** Opening Data section block **

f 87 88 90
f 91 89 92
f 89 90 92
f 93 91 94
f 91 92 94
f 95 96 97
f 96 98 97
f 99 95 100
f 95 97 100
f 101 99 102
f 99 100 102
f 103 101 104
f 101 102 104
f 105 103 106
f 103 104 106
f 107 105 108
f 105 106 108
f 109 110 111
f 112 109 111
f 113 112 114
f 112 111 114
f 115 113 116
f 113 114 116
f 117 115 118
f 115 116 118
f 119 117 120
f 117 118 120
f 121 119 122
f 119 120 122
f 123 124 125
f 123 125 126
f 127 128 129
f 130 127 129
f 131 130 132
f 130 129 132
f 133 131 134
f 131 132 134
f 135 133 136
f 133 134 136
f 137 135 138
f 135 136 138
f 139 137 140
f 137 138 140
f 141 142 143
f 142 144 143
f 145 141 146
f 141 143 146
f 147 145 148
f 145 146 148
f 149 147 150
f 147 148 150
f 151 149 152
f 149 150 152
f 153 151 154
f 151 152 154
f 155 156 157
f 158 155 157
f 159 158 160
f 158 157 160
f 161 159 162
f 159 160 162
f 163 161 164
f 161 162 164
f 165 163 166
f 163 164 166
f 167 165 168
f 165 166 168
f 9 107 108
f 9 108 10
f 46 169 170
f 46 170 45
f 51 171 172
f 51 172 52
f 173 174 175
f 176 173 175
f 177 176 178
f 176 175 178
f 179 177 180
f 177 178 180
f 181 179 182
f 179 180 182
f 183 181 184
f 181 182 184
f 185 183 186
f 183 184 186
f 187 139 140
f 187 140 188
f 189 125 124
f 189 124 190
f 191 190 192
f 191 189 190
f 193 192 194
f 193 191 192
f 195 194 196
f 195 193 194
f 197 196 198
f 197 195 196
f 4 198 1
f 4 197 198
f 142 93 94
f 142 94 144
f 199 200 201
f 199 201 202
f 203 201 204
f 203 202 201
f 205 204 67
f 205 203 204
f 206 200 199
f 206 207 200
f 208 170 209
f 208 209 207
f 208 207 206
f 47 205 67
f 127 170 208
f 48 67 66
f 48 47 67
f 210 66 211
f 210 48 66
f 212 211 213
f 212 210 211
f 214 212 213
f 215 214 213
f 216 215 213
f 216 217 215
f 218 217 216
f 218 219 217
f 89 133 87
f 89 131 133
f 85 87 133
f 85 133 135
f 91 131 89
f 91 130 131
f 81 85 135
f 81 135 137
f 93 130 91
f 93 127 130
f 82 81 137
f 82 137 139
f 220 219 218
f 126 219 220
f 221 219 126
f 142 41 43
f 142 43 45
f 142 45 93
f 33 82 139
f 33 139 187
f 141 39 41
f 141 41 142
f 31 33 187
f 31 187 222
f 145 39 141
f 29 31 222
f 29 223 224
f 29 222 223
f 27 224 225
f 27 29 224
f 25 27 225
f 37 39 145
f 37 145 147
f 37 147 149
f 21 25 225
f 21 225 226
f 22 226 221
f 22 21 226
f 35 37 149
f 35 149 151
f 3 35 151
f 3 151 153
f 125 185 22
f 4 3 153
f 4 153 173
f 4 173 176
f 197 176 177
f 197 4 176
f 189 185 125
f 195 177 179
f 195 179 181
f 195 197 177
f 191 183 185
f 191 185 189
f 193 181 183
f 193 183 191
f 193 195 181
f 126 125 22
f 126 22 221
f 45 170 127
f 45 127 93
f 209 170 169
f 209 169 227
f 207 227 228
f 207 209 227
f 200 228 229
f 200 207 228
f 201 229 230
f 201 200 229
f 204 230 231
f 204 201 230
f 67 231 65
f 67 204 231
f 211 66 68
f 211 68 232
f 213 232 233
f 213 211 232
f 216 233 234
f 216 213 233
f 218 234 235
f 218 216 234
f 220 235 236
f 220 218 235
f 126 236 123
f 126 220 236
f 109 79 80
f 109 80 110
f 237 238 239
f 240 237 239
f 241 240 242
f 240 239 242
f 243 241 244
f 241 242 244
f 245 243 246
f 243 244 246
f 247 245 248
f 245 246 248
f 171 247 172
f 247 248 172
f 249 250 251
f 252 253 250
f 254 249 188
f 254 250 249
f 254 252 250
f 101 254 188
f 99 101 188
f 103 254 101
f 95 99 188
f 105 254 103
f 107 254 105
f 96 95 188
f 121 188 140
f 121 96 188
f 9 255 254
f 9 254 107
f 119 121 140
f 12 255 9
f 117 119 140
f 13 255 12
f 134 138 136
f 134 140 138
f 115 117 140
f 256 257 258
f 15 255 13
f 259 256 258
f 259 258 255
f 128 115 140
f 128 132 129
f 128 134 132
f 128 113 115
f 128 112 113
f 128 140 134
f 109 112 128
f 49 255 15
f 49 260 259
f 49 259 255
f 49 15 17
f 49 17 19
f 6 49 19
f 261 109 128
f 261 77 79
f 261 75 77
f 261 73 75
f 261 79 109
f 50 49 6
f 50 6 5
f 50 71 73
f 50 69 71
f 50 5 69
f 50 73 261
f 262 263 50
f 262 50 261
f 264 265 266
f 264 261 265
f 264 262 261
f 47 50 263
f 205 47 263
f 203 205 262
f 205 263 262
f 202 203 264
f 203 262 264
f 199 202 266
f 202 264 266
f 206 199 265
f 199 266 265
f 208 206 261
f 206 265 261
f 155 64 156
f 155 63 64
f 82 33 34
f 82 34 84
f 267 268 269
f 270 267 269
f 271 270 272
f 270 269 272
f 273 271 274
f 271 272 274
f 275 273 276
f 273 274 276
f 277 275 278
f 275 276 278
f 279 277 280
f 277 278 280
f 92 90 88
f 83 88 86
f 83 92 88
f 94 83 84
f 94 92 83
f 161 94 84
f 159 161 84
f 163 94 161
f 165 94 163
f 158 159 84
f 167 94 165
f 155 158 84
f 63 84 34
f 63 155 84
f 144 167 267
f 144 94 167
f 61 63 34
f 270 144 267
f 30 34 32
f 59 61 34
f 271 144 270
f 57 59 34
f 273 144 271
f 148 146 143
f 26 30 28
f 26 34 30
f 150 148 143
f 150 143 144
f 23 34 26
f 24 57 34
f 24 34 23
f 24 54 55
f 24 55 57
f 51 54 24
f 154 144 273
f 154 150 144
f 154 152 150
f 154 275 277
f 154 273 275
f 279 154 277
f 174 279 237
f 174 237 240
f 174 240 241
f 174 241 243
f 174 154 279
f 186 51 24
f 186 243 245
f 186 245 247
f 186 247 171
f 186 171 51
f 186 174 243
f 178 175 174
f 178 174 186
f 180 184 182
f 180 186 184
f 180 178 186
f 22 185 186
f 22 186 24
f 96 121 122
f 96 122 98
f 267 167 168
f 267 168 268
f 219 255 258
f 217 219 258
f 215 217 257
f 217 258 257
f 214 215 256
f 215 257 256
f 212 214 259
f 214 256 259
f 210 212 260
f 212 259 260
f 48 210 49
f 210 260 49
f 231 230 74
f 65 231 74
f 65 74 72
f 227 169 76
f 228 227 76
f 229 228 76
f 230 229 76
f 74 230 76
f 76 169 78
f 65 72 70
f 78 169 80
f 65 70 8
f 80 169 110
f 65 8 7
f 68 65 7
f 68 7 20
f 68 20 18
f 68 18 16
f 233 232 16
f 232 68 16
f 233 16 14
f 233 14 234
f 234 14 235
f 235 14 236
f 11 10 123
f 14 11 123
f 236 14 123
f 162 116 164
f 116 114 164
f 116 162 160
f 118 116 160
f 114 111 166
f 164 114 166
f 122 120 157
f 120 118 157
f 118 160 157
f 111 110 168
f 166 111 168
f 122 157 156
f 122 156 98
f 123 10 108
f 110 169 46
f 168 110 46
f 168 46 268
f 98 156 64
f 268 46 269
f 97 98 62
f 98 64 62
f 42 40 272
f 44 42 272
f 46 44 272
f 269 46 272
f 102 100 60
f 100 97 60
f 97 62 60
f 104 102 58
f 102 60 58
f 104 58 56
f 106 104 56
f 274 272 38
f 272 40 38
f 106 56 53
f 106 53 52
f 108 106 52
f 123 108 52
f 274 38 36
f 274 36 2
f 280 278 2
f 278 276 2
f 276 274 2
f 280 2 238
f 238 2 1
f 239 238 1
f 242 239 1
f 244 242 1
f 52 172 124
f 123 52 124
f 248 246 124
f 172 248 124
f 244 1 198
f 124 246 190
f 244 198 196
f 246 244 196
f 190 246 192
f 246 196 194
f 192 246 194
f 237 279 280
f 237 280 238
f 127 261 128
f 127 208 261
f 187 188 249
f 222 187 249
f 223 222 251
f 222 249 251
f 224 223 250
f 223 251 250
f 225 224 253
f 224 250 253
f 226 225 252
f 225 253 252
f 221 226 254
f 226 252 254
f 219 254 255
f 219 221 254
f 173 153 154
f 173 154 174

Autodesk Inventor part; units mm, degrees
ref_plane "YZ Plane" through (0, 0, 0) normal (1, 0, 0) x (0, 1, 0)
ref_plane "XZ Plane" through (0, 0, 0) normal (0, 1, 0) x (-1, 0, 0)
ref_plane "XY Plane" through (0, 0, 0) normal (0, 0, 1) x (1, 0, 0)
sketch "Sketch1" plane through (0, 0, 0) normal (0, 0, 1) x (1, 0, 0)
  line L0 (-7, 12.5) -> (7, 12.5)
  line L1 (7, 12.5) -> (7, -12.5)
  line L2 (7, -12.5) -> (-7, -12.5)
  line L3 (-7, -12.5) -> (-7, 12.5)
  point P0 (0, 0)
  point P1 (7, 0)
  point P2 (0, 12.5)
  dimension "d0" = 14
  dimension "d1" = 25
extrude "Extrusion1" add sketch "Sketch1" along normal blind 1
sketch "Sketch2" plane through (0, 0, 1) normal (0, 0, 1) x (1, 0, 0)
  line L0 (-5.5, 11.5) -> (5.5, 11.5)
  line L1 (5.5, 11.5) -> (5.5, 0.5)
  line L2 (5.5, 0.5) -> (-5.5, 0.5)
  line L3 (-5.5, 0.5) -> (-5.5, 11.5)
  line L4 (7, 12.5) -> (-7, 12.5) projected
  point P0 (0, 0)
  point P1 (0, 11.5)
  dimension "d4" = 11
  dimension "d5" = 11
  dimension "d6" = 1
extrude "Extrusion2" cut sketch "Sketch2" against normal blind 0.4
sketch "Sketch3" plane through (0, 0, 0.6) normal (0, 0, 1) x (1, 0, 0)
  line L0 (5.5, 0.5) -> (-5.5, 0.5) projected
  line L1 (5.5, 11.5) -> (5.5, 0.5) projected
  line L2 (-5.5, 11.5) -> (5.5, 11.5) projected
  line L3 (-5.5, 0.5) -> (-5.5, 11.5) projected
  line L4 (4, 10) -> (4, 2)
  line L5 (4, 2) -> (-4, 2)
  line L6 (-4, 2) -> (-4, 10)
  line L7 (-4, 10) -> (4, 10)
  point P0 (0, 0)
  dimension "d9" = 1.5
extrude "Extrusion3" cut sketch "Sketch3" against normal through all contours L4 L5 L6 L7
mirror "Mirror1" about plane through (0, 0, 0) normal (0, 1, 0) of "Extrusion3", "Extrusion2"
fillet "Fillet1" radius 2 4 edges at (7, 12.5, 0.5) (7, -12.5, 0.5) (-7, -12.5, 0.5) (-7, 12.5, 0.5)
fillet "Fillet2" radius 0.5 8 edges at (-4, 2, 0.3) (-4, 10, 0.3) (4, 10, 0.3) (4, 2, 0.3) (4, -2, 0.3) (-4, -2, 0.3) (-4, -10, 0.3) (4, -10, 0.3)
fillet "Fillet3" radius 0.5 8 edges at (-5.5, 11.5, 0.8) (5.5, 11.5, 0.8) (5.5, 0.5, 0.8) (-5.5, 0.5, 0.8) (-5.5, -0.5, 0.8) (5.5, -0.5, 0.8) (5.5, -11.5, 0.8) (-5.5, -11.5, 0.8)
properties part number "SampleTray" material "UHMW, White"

** Closing Data section block **

(Assignment) What is needed is a verbatim copy of every line in the records above from the one containing "f 249 250 251" down to the one containing "f 267 268 269", both included, and nothing more.

(Problem solution)
f 249 250 251
f 252 253 250
f 254 249 188
f 254 250 249
f 254 252 250
f 101 254 188
f 99 101 188
f 103 254 101
f 95 99 188
f 105 254 103
f 107 254 105
f 96 95 188
f 121 188 140
f 121 96 188
f 9 255 254
f 9 254 107
f 119 121 140
f 12 255 9
f 117 119 140
f 13 255 12
f 134 138 136
f 134 140 138
f 115 117 140
f 256 257 258
f 15 255 13
f 259 256 258
f 259 258 255
f 128 115 140
f 128 132 129
f 128 134 132
f 128 113 115
f 128 112 113
f 128 140 134
f 109 112 128
f 49 255 15
f 49 260 259
f 49 259 255
f 49 15 17
f 49 17 19
f 6 49 19
f 261 109 128
f 261 77 79
f 261 75 77
f 261 73 75
f 261 79 109
f 50 49 6
f 50 6 5
f 50 71 73
f 50 69 71
f 50 5 69
f 50 73 261
f 262 263 50
f 262 50 261
f 264 265 266
f 264 261 265
f 264 262 261
f 47 50 263
f 205 47 263
f 203 205 262
f 205 263 262
f 202 203 264
f 203 262 264
f 199 202 266
f 202 264 266
f 206 199 265
f 199 266 265
f 208 206 261
f 206 265 261
f 155 64 156
f 155 63 64
f 82 33 34
f 82 34 84
f 267 268 269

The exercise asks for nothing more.